First off, let me throw the 800lb gorilla into the room:
Most of our WFH staff is BYOD. I’m not excited about that, some of the ownership is not excited about that, but it’s where we at right now and it doesn’t look to be changing in the very near feature. Though that will still be the direction I lobby for as I’m given the chance.
Staff currently VPN via FortiClient using MFA and then RDP into either their in-office workstation or an RDS server. NO work is done on their local, BYOD machine - no CRM, no email, no nothing. It is all done on the in-office PC/Server via that RDP session. Copy/paste, printer redirect, etc is killed with GPO.
That being said, one of the suggestions being thrown at us for an added layer of security, is to require all VPN connections to our network to be full tunnel connection. We would in turn then block all traffic to their local device except traffic required for the VPN connection. For some users, we’d have to poke some holes in the tunnel for things like Zoom etc that they can’t do over the RDP session, so we’d have some fine-tuning to do.
I understand that it would be more “secure” in that we can then see and direct what traffic is being passed to/from the endpoint across our network. But I’m not *entirely* sure the effort is worth the reward?
My instinct is I can’t see what it would provide for you other than end user headaches and not a great deal in additional security. Your services are not desktop dependent and you already have controls in place for data leakage.
You might be better using something like Zscalar where you can proxy the traffic to a service that you can apply some rules on if you want better observability on what sites users are hitting while working, but you don’t have to carry it all back to your own network. You can also configure the client to exclude traffic you don’t care about.
I would advise against trying to implement full tunnel on an employee owned device. The liability if your network is involved in one of their personal accounts being hacked would make me think twice. Split tunnel and only serving your own resources over the tunnel seems sanest to me.
Since you’re on fortigate, what about using the web mode with the fortigate basically acting as the RDP broker? Then there’s nothing to install and no tunnel to deal with.
Do you want a riot? Full tunnel and a block all traffic on their own device which the company doesn’t own is definitely a bridge too far. You’re likely going to have your staff quit in mass if you do that. Frankly, asking staff to use their own device is bad enough, but adding that level of fuckery on a device they paid for will definitely be a mess you don’t want. Have you considered setting up an actual VDI environment instead? That’s essentially what you are trying to do with this anyways.

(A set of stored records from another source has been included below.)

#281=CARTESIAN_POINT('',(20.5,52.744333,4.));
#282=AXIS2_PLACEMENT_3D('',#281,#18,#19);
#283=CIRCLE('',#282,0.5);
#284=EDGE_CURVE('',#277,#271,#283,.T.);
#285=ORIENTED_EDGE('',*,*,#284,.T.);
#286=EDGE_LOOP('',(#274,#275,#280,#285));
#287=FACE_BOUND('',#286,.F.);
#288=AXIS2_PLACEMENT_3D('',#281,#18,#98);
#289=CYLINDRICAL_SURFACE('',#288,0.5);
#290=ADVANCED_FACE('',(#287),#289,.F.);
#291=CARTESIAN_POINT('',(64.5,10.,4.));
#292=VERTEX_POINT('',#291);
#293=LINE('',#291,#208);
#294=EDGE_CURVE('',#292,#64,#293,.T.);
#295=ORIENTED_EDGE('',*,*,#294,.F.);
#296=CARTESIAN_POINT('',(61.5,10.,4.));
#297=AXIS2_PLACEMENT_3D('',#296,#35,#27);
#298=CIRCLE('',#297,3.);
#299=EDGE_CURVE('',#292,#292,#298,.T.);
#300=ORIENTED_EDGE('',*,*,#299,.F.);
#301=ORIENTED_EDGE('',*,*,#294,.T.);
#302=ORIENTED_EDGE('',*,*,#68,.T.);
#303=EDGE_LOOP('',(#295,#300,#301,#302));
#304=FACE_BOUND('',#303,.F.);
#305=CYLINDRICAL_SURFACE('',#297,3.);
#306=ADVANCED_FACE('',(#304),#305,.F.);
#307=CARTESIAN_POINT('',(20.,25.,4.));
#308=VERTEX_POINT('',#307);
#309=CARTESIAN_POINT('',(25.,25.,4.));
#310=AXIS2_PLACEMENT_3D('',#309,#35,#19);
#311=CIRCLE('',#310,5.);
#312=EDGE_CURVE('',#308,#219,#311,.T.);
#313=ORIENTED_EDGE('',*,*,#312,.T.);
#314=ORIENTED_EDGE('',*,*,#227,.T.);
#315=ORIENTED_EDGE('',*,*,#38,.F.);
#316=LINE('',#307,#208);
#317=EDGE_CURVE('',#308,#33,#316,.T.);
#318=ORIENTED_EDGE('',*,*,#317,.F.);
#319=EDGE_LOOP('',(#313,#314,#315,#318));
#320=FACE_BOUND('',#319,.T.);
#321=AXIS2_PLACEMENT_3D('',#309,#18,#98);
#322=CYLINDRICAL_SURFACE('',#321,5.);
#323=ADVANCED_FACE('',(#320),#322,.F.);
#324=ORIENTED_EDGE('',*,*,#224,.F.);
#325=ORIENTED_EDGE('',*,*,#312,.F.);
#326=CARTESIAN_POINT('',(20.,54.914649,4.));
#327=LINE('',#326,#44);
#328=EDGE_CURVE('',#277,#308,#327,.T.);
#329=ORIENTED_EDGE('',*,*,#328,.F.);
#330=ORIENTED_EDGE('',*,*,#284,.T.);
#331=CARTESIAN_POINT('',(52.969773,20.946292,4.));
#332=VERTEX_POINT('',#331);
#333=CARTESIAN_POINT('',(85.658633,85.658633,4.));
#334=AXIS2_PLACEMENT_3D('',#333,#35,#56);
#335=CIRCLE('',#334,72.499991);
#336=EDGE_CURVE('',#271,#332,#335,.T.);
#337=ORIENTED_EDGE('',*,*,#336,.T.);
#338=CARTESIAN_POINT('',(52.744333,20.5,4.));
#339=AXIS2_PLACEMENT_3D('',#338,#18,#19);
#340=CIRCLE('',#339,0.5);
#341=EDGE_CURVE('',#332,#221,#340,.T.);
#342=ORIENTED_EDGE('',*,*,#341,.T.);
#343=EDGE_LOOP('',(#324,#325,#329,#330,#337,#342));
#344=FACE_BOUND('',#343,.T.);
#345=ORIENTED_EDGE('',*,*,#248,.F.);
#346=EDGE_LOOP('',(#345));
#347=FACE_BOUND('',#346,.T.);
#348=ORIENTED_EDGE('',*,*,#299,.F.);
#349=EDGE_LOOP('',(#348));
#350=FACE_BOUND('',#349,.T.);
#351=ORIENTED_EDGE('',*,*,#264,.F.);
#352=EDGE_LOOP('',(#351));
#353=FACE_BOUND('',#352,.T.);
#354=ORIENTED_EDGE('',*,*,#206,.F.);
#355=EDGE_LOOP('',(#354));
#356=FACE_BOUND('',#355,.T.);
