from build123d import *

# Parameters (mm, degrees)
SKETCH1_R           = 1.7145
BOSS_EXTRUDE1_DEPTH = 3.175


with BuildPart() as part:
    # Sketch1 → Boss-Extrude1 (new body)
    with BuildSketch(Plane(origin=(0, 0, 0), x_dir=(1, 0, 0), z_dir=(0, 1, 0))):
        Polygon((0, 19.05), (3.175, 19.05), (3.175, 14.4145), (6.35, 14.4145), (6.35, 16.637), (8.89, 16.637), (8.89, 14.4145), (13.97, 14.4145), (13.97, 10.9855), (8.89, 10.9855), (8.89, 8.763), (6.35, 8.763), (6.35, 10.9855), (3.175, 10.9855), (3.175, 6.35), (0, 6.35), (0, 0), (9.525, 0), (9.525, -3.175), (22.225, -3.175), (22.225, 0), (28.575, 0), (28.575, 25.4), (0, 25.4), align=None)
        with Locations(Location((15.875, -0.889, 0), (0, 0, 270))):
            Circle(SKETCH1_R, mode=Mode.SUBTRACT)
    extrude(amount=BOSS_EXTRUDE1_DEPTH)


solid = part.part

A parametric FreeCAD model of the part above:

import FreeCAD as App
import Part
import Sketcher

V = App.Vector
Q = App.Units.Quantity


def add_polygon(sketch, points):
    """Adds a closed chain of lines whose ends are joined by coincident constraints."""
    first, n = sketch.GeometryCount, len(points)
    for a, b in zip(points, points[1:] + points[:1]):
        sketch.addGeometry(Part.LineSegment(App.Vector(*a, 0), App.Vector(*b, 0)), False)
    for i in range(n):
        sketch.addConstraint(Sketcher.Constraint("Coincident", first + i, 2, first + (i + 1) % n, 1))

doc = App.newDocument("Part")
body = doc.addObject("PartDesign::Body", "Body")

sketch1 = body.newObject("Sketcher::SketchObject", "Sketch")
sketch1.AttachmentSupport = (doc.getObject("XZ_Plane"), [""])
sketch1.MapMode = "FlatFace"
add_polygon(sketch1, [(0, -19.1), (3.2, -19.1), (3.2, -14.4), (6.3, -14.4), (6.3, -16.6), (8.9, -16.6), (8.9, -14.4), (14, -14.4), (14, -11), (8.9, -11), (8.9, -8.8), (6.3, -8.8), (6.3, -11), (3.2, -11), (3.2, -6.3), (0, -6.3), (0, 0), (9.5, 0), (9.5, 3.2), (22.2, 3.2), (22.2, 0), (28.6, 0), (28.6, -25.4), (0, -25.4)])
sketch1.addGeometry(Part.Circle(V(15.9, 0.9, 0), V(0, 0, 1), 1.7), False)
sketch1.addConstraint([
    Sketcher.Constraint("Horizontal", 0),
    Sketcher.Constraint("Vertical", 1),
    Sketcher.Constraint("Horizontal", 2),
    Sketcher.Constraint("Vertical", 3),
    Sketcher.Constraint("Horizontal", 4),
    Sketcher.Constraint("Vertical", 5),
    Sketcher.Constraint("Horizontal", 6),
    Sketcher.Constraint("Vertical", 7),
    Sketcher.Constraint("Horizontal", 8),
    Sketcher.Constraint("Vertical", 9),
    Sketcher.Constraint("Horizontal", 10),
    Sketcher.Constraint("Vertical", 11),
    Sketcher.Constraint("Horizontal", 12),
    Sketcher.Constraint("Vertical", 13),
    Sketcher.Constraint("Horizontal", 14),
    Sketcher.Constraint("Vertical", 15),
    Sketcher.Constraint("Horizontal", 16),
    Sketcher.Constraint("Vertical", 17),
    Sketcher.Constraint("Horizontal", 18),
    Sketcher.Constraint("Vertical", 19),
    Sketcher.Constraint("Horizontal", 20),
    Sketcher.Constraint("Vertical", 21),
    Sketcher.Constraint("Horizontal", 22),
    Sketcher.Constraint("Vertical", 23),
    Sketcher.Constraint("Coincident", 15, 2, -1, 1),
    Sketcher.Constraint("PointOnObject", 19, 2, -1),
    Sketcher.Constraint("PointOnObject", 22, 2, -2),
    Sketcher.Constraint("Horizontal", 2, 2, 5, 2),
    Sketcher.Constraint("Horizontal", 8, 2, 11, 2),
    Sketcher.Constraint("Vertical", 5, 2, 8, 2),
    Sketcher.Constraint("Vertical", 3, 2, 10, 2),
    Sketcher.Constraint("Vertical", 1, 2, 12, 2),
    Sketcher.Constraint("Equal", 0, 2),
    Sketcher.Constraint("Equal", 5, 9),
    Sketcher.Constraint("Equal", 1, 13),
    Sketcher.Constraint("Equal", 20, 15),
    Sketcher.Constraint("Equal", 14, 17),
    Sketcher.Constraint("Equal", 15, 23),
    Sketcher.Constraint("DistanceY", 21, 2, 21, 1, Q("1 in")),
    Sketcher.Constraint("Diameter", 24, Q("0.135 in")),
    Sketcher.Constraint("DistanceX", 4, 1, 4, 2, Q("0.1 in")),
    Sketcher.Constraint("DistanceX", 6, 1, 6, 2, Q("0.2 in")),
    Sketcher.Constraint("DistanceX", 18, 1, 18, 2, Q("0.5 in")),
    Sketcher.Constraint("DistanceX", 20, 1, 20, 2, Q("0.25 in")),
    Sketcher.Constraint("DistanceX", 0, 2, 24, 3, Q("0.5 in")),
    Sketcher.Constraint("DistanceX", 24, 3, 20, 2, Q("0.5 in")),
    Sketcher.Constraint("DistanceX", 0, 1, 0, 2, Q("0.125 in")),
    Sketcher.Constraint("DistanceY", 7, 1, 7, 2, Q("0.135 in")),
    Sketcher.Constraint("DistanceY", 3, 2, 24, 3, Q("0.69 in")),
    Sketcher.Constraint("DistanceY", 24, 3, 17, 2, Q("0.09 in")),
])
pad1 = body.newObject("PartDesign::Pad", "Pad")
pad1.Profile = sketch1
pad1.Length = Q("0.125 in")
pad1.Reversed = True

doc.recompute()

I would give them a cloud/hosted VM, make them work on that system instead of RDP to desktop and then kill the VPN on BYOD. Desktop in office would connect to VM as well.
You should be doing something like virtualized apps for RDP instead of Full Tunnel VPN and killing their internet access.
RDS, Citrix, Parallels, AWS appstream, Apache Guacamole, Kasm Workspaces would be perfect for this BYOD scenario.
All of these solutions support html5 , so they can use RDP straight from a browser and not have to install anything. Integrate it with SAML + MFA and you have a way more secure and better user experience than what you’re proposing.
well shouldn’t the traffic be generally the same amount since the only traffic that should be coming through is the RDP traffic - same as now? Maybe I’m missing something?
Yeah there’s a fine line between it being safe and not having to worry about safety since there’s no one working for you. I’d flip if I was working at home from my own machine and I couldn’t listen to music from my own damn computer while working. Just split tunnel and make sure any devices being RDP’d to have all the necessary AV and EDR.
Since you nuke internet traffic on their devices when connecting to the VPN, it’d be the same amount of traffic Split Tunnel vs Full Tunnel, except those holes you poke for Zoom etc. Those holes would be moved to your VPN so ensure you have the bandwidth to move that as well.
Perhaps focus on company owned and managed computers for your staff. No amount of VPN shennanegans will beat proper endpoint protection.
Any Trafic from the client will go through the tunnel. These are private devices, where people will have other applications.
Gotta have a pipe big enough for the simultaneous Call Of Duty updates through Steam!
Full tunnel VPN implies that all traffic including internet traffic goes through the tunnel. So if they’re watching youtube, netflix, or downloading some large file from a random site, it’ll go through your internet pipe.